Fort Worth Police Chief Jeffrey Halstead held a media conference Thursday morning to vow a more efficient, strong-armed handling of any investigation that finds an officer drove drunk.
“I will not tolerate it,” he said. “If you are sustained in that allegation, you will not be working in this organization.”
In the four years since Halstead’s led the department, 14 Fort Worth police officers have been arrested on suspicion of DWI, including one who caused a crash that killed 27-year-old mother Sonia Baker in 2009. That case still looms over the department –– as Halstead spoke, Baker’s mother Stella Lopez stood behind him, joined by the wife of fallen officer Dwayne Freeto, who was killed by a drunken driver in 2006.
The news conference comes a day after yet another DWI accusation against one of Halstead's own.
Before the sun rose Wednesday, Nicolas Ramirez, a four-year veteran officer who was assigned to the DWI task force, was arrested in Keller on suspicion of DWI. Responding officers say they saw his SUV weave out of its lane in the 1700 block of Highway 114 and onto the shoulder. They’d later find his blood alcohol content to be more than twice the legal limit of .08.
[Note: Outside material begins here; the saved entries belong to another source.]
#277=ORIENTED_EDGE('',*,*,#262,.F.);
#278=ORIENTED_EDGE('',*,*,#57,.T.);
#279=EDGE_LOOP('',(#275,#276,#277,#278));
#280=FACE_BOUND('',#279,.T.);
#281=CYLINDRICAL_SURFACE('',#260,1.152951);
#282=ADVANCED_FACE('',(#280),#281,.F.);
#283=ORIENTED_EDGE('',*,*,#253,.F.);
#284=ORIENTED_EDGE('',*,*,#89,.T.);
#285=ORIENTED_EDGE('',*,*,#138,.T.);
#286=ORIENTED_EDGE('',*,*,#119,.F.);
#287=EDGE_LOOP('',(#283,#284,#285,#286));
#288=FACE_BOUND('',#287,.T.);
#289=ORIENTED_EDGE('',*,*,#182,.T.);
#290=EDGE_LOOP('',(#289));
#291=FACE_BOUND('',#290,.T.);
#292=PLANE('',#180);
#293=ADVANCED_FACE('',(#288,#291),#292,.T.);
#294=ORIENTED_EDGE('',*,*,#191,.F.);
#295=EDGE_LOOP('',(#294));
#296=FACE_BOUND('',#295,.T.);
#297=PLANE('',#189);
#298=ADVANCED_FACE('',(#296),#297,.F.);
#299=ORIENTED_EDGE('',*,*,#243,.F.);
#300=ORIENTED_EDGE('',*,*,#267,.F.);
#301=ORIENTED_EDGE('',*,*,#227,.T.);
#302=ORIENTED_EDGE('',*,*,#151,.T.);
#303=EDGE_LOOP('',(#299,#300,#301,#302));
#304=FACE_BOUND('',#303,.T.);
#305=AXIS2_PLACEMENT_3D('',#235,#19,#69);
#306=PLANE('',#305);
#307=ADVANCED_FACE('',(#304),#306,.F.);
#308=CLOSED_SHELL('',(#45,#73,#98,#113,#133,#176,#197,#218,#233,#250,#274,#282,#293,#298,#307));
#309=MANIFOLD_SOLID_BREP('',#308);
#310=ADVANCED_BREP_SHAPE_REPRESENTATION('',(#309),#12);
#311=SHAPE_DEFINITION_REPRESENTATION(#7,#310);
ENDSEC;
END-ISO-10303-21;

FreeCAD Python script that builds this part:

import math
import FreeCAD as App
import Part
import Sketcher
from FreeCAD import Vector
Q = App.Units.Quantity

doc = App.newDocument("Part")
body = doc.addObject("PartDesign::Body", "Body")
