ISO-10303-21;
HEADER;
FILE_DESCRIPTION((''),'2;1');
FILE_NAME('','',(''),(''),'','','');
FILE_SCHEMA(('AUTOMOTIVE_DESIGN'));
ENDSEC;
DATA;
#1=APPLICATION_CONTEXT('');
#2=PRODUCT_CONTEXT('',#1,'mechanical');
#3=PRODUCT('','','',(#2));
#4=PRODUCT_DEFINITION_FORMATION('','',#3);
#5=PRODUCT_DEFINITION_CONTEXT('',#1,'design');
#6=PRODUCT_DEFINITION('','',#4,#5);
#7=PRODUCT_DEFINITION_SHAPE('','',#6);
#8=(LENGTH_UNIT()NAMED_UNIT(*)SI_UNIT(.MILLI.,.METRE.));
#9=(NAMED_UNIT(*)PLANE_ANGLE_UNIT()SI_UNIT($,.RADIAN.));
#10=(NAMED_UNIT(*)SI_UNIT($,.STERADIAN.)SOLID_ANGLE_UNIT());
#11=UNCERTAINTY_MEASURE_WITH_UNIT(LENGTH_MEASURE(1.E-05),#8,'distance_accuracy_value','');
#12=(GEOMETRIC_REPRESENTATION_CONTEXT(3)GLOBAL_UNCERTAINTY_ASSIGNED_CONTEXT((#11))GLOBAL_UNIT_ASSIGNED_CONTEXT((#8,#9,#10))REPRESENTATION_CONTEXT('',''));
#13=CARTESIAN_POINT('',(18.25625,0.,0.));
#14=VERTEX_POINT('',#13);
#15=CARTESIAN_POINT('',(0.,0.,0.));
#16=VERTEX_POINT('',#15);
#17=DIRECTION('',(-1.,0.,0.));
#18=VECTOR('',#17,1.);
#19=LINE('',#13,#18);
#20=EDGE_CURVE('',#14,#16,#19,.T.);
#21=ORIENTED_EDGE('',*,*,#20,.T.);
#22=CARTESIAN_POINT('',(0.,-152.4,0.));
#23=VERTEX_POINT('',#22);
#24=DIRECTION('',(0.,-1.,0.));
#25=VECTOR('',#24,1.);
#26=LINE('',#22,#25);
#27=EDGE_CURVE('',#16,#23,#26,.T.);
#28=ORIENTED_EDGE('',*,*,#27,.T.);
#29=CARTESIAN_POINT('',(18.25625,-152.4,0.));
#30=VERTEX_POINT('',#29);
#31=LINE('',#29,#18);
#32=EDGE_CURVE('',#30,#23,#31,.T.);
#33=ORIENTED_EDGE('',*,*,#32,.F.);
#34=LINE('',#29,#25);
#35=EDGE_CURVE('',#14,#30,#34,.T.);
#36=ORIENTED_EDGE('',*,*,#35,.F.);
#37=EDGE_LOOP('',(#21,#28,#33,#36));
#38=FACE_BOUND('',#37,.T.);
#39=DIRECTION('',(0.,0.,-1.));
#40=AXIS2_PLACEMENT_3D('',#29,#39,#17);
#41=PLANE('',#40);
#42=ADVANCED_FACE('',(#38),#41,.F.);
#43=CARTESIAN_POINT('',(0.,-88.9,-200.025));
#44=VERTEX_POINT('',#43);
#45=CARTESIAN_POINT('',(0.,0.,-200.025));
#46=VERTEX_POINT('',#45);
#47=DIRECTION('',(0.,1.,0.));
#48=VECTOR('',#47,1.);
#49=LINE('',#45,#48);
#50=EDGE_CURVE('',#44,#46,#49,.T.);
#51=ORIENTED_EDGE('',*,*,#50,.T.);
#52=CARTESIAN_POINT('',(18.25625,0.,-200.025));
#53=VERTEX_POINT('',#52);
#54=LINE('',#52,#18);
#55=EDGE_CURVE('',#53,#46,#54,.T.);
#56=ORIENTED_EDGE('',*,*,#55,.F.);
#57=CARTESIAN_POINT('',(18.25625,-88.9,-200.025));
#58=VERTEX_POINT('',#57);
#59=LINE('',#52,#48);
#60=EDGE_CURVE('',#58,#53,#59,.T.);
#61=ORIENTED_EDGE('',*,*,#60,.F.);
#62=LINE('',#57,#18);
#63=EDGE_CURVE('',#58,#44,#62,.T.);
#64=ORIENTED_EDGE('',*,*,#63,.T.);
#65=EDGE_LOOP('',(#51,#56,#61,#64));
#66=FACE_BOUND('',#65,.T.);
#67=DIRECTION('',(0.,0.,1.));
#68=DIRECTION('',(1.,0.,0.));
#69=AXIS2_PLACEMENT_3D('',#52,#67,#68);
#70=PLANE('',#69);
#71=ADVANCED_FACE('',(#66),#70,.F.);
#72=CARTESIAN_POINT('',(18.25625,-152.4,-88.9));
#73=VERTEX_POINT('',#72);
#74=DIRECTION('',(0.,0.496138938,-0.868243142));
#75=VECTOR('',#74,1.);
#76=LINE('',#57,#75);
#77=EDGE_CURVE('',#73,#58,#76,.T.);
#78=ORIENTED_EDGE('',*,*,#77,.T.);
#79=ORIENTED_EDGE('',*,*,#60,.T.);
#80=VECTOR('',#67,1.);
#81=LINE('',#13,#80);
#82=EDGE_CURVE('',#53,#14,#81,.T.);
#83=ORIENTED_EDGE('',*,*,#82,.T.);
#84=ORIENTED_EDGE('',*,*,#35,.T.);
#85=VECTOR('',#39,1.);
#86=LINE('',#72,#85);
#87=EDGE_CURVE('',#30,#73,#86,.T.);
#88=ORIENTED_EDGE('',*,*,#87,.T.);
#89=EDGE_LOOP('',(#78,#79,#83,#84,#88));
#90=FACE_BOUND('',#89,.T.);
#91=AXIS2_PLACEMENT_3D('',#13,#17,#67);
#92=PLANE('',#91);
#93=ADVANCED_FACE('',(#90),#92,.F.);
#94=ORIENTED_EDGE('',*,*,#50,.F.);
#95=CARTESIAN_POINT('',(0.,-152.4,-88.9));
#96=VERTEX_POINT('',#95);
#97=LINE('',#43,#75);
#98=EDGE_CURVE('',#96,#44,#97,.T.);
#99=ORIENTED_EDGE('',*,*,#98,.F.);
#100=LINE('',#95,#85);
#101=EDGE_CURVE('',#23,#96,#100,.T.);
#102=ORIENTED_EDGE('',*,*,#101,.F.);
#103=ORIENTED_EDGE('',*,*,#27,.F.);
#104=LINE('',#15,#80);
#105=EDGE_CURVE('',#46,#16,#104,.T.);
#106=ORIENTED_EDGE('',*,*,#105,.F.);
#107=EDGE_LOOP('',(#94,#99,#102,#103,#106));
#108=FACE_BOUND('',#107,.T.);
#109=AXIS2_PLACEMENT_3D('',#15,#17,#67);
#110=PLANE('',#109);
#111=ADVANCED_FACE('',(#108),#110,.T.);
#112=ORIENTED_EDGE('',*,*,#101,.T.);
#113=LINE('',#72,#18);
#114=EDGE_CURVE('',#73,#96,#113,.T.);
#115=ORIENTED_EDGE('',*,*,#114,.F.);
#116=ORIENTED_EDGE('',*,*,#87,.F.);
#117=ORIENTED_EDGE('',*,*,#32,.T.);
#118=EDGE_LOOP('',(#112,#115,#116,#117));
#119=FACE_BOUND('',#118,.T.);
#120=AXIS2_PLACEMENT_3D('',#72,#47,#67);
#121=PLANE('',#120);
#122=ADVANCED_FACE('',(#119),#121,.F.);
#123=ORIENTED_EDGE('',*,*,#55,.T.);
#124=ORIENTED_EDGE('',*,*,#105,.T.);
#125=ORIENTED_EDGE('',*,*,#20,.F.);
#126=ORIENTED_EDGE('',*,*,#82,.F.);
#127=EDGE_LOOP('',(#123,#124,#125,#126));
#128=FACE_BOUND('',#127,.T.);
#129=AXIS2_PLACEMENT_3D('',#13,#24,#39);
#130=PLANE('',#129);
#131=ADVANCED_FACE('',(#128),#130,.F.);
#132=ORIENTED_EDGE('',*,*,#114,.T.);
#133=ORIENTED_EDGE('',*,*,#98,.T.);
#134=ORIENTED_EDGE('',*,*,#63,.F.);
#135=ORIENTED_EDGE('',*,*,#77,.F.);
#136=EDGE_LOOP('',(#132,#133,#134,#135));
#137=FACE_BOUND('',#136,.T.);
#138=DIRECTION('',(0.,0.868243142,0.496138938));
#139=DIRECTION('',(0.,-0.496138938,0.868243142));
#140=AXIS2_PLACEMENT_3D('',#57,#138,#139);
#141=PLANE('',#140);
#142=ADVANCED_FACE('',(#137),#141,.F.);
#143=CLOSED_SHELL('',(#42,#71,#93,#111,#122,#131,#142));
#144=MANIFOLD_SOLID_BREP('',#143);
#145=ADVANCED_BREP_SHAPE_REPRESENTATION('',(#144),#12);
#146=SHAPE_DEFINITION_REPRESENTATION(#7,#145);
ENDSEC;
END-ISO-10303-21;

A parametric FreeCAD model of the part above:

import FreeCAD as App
import Part
import Sketcher
from FreeCAD import Vector
Q = App.Units.Quantity


def add_polygon(sketch, points):
    """Adds a closed chain of lines whose ends are joined by coincident constraints."""
    first, n = sketch.GeometryCount, len(points)
    for a, b in zip(points, points[1:] + points[:1]):
        sketch.addGeometry(Part.LineSegment(App.Vector(*a, 0), App.Vector(*b, 0)), False)
    for i in range(n):
        sketch.addConstraint(Sketcher.Constraint("Coincident", first + i, 2, first + (i + 1) % n, 1))

doc = App.newDocument("Part")
body = doc.addObject("PartDesign::Body", "Body")

sketch1 = body.newObject("Sketcher::SketchObject", "Sketch")
sketch1.AttachmentSupport = (doc.getObject("YZ_Plane"), [""])
sketch1.MapMode = "FlatFace"
add_polygon(sketch1, [(0, -200.025), (0, 0), (-152.4, 0), (-152.4, -88.9), (-88.9, -200.025)])
sketch1.addConstraint(Sketcher.Constraint("Vertical", 0))
sketch1.addConstraint(Sketcher.Constraint("Horizontal", 1))
sketch1.addConstraint(Sketcher.Constraint("Vertical", 2))
sketch1.addConstraint(Sketcher.Constraint("Horizontal", 4))
sketch1.addConstraint(Sketcher.Constraint("Coincident", 0, 2, -1, 1))
sketch1.addConstraint(Sketcher.Constraint("Equal", 4, 2))
sketch1.addConstraint(Sketcher.Constraint("DistanceX", 1, 2, 1, 1, Q("6 in")))
sketch1.addConstraint(Sketcher.Constraint("DistanceX", 4, 1, 4, 2, Q("3.5 in")))
sketch1.addConstraint(Sketcher.Constraint("DistanceY", 0, 1, 0, 2, Q("7.875 in")))
pad1 = body.newObject("PartDesign::Pad", "Pad")
pad1.Profile = sketch1
pad1.Length = Q("0.71875 in")

doc.recompute()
And then, just under a month ago, Maj. Paul Henderson was demoted following his Dec. 4 arrest in Parker County for DWI. Henderson was Halstead’s chief of staff, in charge of the internal affairs division that is now piecing together the accusations against him.
Halstead said he hasn't been able to find a causation trend between any of these internal incidents.
“We are struggling to figure out the ‘why,’ because there is no common cause in any of these cases,” Halstead said, adding that the department’s legal issues with alcohol are the most frustrating obstacle he’s faced in his 22-year career.
The arrests have spurred reform inside the department –– the chief has launched mandatory alcohol awareness training for all officers. Fort Worth police can speak with confidential support groups and police chaplains should there be any personal issues going on in their lives.
“We wanted more support services on the front end and not on the reactive end,” he said.
But should they find themselves facing an alcohol-related offense, they know they face a punishment ranging from suspension to termination.
But Halstead said that isn’t enough.
The chief said he met with the captain of the special investigations unit to discuss the issue. Now, instead of waiting on a verdict ruled inside a criminal courtroom, Halstead said he would make a decision based on the findings of the department’s internal investigation. If they're found to have driven drunk, Halstead said they will be immediately fired.
“I didn’t like having to wait for a criminal case to be concluded; I’m not going to wait any longer,” Halstead said. “My message is very, very strong to every person in this organization, sworn or civilian: You cannot drink and drive any longer unless you want to throw your career down the drain.”
Halstead said he would review past cases involving officers on the force who have had alcohol related arrests in the past. All future cases will be subject to the chief’s “realigned approach of severity.”